An “Eventful” History of Hind Swaraj: Gandhi between the Battle of Tsushima and the Union of South Africa
On July 1, 1909, Gandhi was on board the liner Kenilworth Castle en route from Cape Town to Southampton. The prosperous Johannesburg lawyer had recently emerged as a noted figure in the politics of the British Empire, through his leadership of the satyagraha of Indian immigrants in the Transvaal. The union of the four self-governing British colonies in South Africa into a single state under white control was now under way and awaited ratification by the Westminster parliament. Gandhi’s aim was to lobby the British authorities for the protection of the interests of the immigrant Indian population within this new order. On the voyage, he spent some time talking to fellow passenger John X. Merriman, the English-born, liberal political leader of the Cape Colony, who gave him a sympathetic hearing. But Merriman was losing his battle with Afrikaner General Louis Botha to become prime minister of the new state ( Lewsen 1982: 300 – 301). And Merriman’s Gladstonian worldview was in any case a thing of the past. The white men of South Africa had cut a deal among themselves to create a racially defined nation, and Herbert Asquith’s Liberal government in Westminster, feeling guilty about the suffering of the Afrikaners in the Boer War and for the most part committed to defending the empire, wanted to allow them to implement it.
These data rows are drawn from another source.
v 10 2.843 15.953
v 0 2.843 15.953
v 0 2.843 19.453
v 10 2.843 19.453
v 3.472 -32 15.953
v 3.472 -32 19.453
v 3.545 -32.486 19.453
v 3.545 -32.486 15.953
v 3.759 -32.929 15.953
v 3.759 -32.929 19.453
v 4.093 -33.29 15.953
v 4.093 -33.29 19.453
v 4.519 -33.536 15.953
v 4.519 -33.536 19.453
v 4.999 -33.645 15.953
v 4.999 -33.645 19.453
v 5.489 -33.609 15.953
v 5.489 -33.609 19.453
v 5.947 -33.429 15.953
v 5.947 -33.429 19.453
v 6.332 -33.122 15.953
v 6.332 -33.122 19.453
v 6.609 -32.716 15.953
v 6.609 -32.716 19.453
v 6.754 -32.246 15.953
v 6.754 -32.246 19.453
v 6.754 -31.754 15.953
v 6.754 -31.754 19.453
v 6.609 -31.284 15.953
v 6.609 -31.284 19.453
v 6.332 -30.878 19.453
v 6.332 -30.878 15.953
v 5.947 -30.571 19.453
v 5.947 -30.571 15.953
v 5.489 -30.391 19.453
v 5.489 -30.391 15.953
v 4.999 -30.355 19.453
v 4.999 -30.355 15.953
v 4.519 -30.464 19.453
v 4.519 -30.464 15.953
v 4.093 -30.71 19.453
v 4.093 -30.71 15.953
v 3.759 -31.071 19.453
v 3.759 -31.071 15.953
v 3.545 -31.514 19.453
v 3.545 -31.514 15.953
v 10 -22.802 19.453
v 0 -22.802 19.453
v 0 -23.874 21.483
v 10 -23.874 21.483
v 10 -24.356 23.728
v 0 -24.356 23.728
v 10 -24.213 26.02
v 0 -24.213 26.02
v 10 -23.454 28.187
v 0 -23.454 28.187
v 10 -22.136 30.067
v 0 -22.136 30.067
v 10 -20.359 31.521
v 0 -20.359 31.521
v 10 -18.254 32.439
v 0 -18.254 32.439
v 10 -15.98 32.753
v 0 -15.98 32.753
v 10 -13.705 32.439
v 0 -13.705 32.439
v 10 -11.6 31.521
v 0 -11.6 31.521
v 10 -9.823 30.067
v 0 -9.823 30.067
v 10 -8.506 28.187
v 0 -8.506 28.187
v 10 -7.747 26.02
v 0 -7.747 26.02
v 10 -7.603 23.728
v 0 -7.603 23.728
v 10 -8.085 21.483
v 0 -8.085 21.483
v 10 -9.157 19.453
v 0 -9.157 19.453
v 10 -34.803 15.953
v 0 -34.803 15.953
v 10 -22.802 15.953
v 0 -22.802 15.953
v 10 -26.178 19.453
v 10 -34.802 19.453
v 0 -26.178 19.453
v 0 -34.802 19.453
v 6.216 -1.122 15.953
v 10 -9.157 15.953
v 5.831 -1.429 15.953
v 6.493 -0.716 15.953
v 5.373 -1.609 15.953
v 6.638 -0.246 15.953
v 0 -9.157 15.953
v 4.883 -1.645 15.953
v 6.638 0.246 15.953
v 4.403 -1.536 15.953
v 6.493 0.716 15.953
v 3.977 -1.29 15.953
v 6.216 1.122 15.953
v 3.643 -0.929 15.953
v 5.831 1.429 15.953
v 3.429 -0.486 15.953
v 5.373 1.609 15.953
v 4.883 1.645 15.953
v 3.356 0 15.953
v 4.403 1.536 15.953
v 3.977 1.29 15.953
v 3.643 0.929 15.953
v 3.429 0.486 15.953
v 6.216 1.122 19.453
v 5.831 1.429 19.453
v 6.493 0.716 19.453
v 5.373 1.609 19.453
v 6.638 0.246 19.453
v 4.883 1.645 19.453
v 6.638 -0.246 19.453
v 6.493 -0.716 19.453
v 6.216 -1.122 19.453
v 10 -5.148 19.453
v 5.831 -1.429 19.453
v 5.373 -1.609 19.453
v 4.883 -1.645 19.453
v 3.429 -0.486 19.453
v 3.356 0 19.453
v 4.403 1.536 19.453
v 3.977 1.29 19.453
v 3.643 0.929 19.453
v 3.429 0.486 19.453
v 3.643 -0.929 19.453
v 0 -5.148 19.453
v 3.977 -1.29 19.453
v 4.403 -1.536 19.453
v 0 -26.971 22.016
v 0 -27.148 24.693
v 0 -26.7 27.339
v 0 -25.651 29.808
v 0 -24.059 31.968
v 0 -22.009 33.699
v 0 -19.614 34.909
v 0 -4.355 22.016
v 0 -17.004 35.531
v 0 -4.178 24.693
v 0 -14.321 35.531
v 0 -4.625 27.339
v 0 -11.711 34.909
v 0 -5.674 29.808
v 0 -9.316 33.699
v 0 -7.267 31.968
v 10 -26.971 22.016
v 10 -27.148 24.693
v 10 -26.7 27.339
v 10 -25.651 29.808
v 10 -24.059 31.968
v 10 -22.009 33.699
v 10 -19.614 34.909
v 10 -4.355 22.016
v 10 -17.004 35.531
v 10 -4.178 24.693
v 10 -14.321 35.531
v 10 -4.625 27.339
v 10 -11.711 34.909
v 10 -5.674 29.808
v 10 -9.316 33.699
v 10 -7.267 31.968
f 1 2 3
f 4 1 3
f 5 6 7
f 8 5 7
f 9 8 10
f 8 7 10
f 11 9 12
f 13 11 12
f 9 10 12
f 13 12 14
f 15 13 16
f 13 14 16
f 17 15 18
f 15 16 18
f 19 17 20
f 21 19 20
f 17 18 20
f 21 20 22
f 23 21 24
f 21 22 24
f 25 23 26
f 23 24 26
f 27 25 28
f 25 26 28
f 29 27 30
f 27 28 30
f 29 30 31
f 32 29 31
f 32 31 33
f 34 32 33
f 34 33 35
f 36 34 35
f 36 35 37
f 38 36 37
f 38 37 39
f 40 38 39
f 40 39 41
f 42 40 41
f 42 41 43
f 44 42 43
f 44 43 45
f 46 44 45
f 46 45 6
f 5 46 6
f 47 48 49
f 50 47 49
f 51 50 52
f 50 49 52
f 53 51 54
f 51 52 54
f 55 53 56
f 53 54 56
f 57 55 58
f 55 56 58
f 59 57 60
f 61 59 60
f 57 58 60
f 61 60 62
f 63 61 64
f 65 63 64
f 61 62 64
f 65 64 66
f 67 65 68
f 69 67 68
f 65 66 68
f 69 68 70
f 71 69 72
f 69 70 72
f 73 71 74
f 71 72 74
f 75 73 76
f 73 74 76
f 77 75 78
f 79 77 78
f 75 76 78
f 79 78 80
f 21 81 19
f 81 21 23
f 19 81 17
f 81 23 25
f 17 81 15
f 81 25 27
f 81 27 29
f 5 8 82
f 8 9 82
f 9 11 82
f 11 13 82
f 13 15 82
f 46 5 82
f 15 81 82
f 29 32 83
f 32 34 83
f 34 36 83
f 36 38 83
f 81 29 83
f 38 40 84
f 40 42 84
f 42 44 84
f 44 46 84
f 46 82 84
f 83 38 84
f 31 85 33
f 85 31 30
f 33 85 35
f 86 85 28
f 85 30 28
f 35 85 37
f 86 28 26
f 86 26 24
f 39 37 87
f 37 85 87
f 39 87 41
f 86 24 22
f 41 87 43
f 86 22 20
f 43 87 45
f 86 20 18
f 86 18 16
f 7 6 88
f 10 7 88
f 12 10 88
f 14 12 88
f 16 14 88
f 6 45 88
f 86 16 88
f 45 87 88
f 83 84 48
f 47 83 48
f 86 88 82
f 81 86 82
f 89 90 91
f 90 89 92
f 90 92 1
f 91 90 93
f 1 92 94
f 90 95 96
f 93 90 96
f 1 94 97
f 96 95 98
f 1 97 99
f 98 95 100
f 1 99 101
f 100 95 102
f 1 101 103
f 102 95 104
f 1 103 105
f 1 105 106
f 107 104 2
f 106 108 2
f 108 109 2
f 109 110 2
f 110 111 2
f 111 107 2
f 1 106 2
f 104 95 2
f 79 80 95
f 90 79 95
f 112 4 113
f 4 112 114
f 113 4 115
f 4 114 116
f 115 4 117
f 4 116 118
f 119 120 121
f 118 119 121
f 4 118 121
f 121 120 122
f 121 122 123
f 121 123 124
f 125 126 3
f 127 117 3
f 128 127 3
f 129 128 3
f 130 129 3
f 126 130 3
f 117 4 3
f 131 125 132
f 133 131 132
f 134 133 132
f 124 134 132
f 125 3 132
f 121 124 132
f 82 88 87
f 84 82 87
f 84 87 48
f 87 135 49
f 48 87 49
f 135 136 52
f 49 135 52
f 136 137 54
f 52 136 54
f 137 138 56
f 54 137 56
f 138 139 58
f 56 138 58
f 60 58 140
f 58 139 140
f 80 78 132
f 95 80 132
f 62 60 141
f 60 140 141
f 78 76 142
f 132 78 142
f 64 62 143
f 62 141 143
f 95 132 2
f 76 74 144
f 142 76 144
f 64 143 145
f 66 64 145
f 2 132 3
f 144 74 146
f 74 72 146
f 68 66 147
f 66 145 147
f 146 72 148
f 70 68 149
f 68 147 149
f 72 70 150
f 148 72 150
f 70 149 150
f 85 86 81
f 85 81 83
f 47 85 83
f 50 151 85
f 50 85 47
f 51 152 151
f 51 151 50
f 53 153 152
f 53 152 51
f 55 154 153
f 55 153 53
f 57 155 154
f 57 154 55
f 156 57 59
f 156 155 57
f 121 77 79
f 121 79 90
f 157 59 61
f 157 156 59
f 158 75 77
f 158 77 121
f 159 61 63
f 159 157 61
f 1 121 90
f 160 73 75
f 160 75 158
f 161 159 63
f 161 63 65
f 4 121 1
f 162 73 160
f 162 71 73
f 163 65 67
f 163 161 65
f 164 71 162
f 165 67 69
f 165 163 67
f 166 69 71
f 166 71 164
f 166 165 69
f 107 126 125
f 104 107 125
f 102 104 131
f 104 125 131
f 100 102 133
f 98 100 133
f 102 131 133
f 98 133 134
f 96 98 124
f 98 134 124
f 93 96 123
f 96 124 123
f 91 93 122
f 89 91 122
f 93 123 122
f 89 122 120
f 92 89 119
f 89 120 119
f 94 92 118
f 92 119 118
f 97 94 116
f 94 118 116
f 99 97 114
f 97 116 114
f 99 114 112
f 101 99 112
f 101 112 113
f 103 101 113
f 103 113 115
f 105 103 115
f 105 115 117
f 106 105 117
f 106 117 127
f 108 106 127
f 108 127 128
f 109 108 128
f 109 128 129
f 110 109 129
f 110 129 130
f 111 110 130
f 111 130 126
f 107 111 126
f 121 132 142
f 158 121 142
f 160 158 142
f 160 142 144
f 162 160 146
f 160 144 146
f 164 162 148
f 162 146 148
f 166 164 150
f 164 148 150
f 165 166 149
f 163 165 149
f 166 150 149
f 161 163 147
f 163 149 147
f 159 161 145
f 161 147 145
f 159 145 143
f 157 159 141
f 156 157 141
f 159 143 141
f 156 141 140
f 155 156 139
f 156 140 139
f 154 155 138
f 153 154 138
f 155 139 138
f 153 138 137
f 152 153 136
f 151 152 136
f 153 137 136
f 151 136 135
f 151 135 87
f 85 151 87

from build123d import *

# Parameters (mm, degrees)
F1_DEPTH = 10
F3_D     = 3.3
F4_D     = 3.3


with BuildPart() as f1:
    # F0 (on Right) → F1 (new body)
    with BuildSketch(Plane.YZ):
        with BuildLine():
            ThreePointArc((-22.8023384852, 19.4527051061), (-15.9795824438, 32.7527051061), (-9.1568264025, 19.4527051061))
            Line((-9.1568264025, 19.4527051061), (-5.1476741432, 19.4527051061))
            ThreePointArc((-5.1476741432, 19.4527051061), (-15.6627106592, 35.6093140728), (-26.1777471751, 19.4527051061))
            Line((-26.1777471751, 19.4527051061), (-22.8023384852, 19.4527051061))
        make_face()
        Polygon((-5.1476741432, 19.4527051061), (-9.1568264025, 19.4527051061), (-9.1568264025, 15.9527051061), (2.8431735975, 15.9527051061), (2.8431735975, 19.4527051061), align=None)
        Polygon((-22.8023384852, 15.9527051061), (-22.8023384852, 19.4527051061), (-26.1777471751, 19.4527051061), (-34.8023384852, 19.4527051061), (-34.8025824438, 15.9527051061), align=None)
    extrude(amount=F1_DEPTH)

    # F3 (through all)
    with Locations(Plane(origin=(0, 0, 0), x_dir=(1, 0, 0), z_dir=(0, 0, -1))):
        with Locations((5.1220096648, 32)):
            Hole(F3_D / 2)

    # F4 (through all)
    with Locations(Plane(origin=(0, 0, 0), x_dir=(1, 0, 0), z_dir=(0, 0, -1))):
        with Locations((5.00610983, 0)):
            Hole(F4_D / 2)


solid = f1.part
In London, during the evening of that day, an event occurred that was to be of pivotal importance in the writing of Gandhi’s book Hind Swaraj. At the Imperial Institute in South Kensington, a reception was being held. It was attended by Sir William Curzon Wyllie, aide-de- camp to Sir John Morley, the reforming secretary of state for India. As Curzon Wyllie descended the steps on his way out, he was approached by a student wearing dark glasses and a blue turban, by the name of Madan Lal Dhingra. Dhingra pulled out a revolver and fired twice at Curzon Wyllie. Curzon Wyllie fell to the ground and Dhingra fired several more shots, killing him. Doctor Cowasji Lalcala attempted to grab Dhingra’s arm and was instantly shot dead. On July 27 Dhingra’s trial commenced. He was repentant about the killing of Lalcala but not about that of Curzon Wyllie. His statement at the trial was a patriotic declaration that impressed even the home secretary, Winston Churchill. Sentenced to death, Dhingra was hanged at Pentonville Prison on August 17 ( Dhingra 2008; Herman 2008: 163 – 66).
By the time Gandhi arrived in London on July 10, the world of Indian nationalism was agog with the news. In the city, as around the world of the Indian diaspora and in the major centers of India itself, young, radical, educated Indians were electrified with excitement by Dhingra’s deed. Militants were hailing it as a defining moment for India.
During the next four months in England, Gandhi was saddened by the widespread adulation of political violence in the pan-Indian political world and disillusioned by the polite but ultimately negative response by senior British officials to his entreaties regarding the situation of South African Indians. When, in November, during his return to South Africa on the Kildonan Castle, Gandhi sat down to write his Gujarati draft of Hind Swaraj, it was largely with the purpose of countering favorable interpretations of Dhingra’s actions. He would instead, through the book, subtly seek to put forward his own political claims, based on the ideas developed in the peaceful militancy of the campaign in the Transvaal.
The ultimate success of Gandhi in dominating Indian nationalism has created something of an optical illusion in our view of that movement. It is popularly seen as essentially peaceful and tolerant, in the Gandhian mold (even though historians are aware of its frequent eruptions into violence, culminating in the partition catastrophe of 1947). But research over the past decade ( Silvestri 2000; Price 2005 ; Manjapra 2006; Fischer-Tine 2007 ; Heehs 2010) has come to highlight the strength of violent revolutionary currents within Indian nationalism. It is arguable that between 1905 and 1915, the “terrorist” political trend was the dominant one, reaching a climax in the Ghadar movement’s failed but impressive attempts, at the beginning of World War I, to return large groups of armed militants to India and to ferment revolt in the army. This makes it all the more remarkable that Gandhi was able to win political leadership by 1919. The publication of Hind Swaraj was a crucial moment in this story. It is best understood not as an abstract work of political philosophy but as a political intervention aimed at shaping the emerging culture of Indian nationalism in the specific context of the pre – First World War years. It was Gandhi’s manifesto for an ideology of Indian nationalism, which he was to pursue over subsequent decades.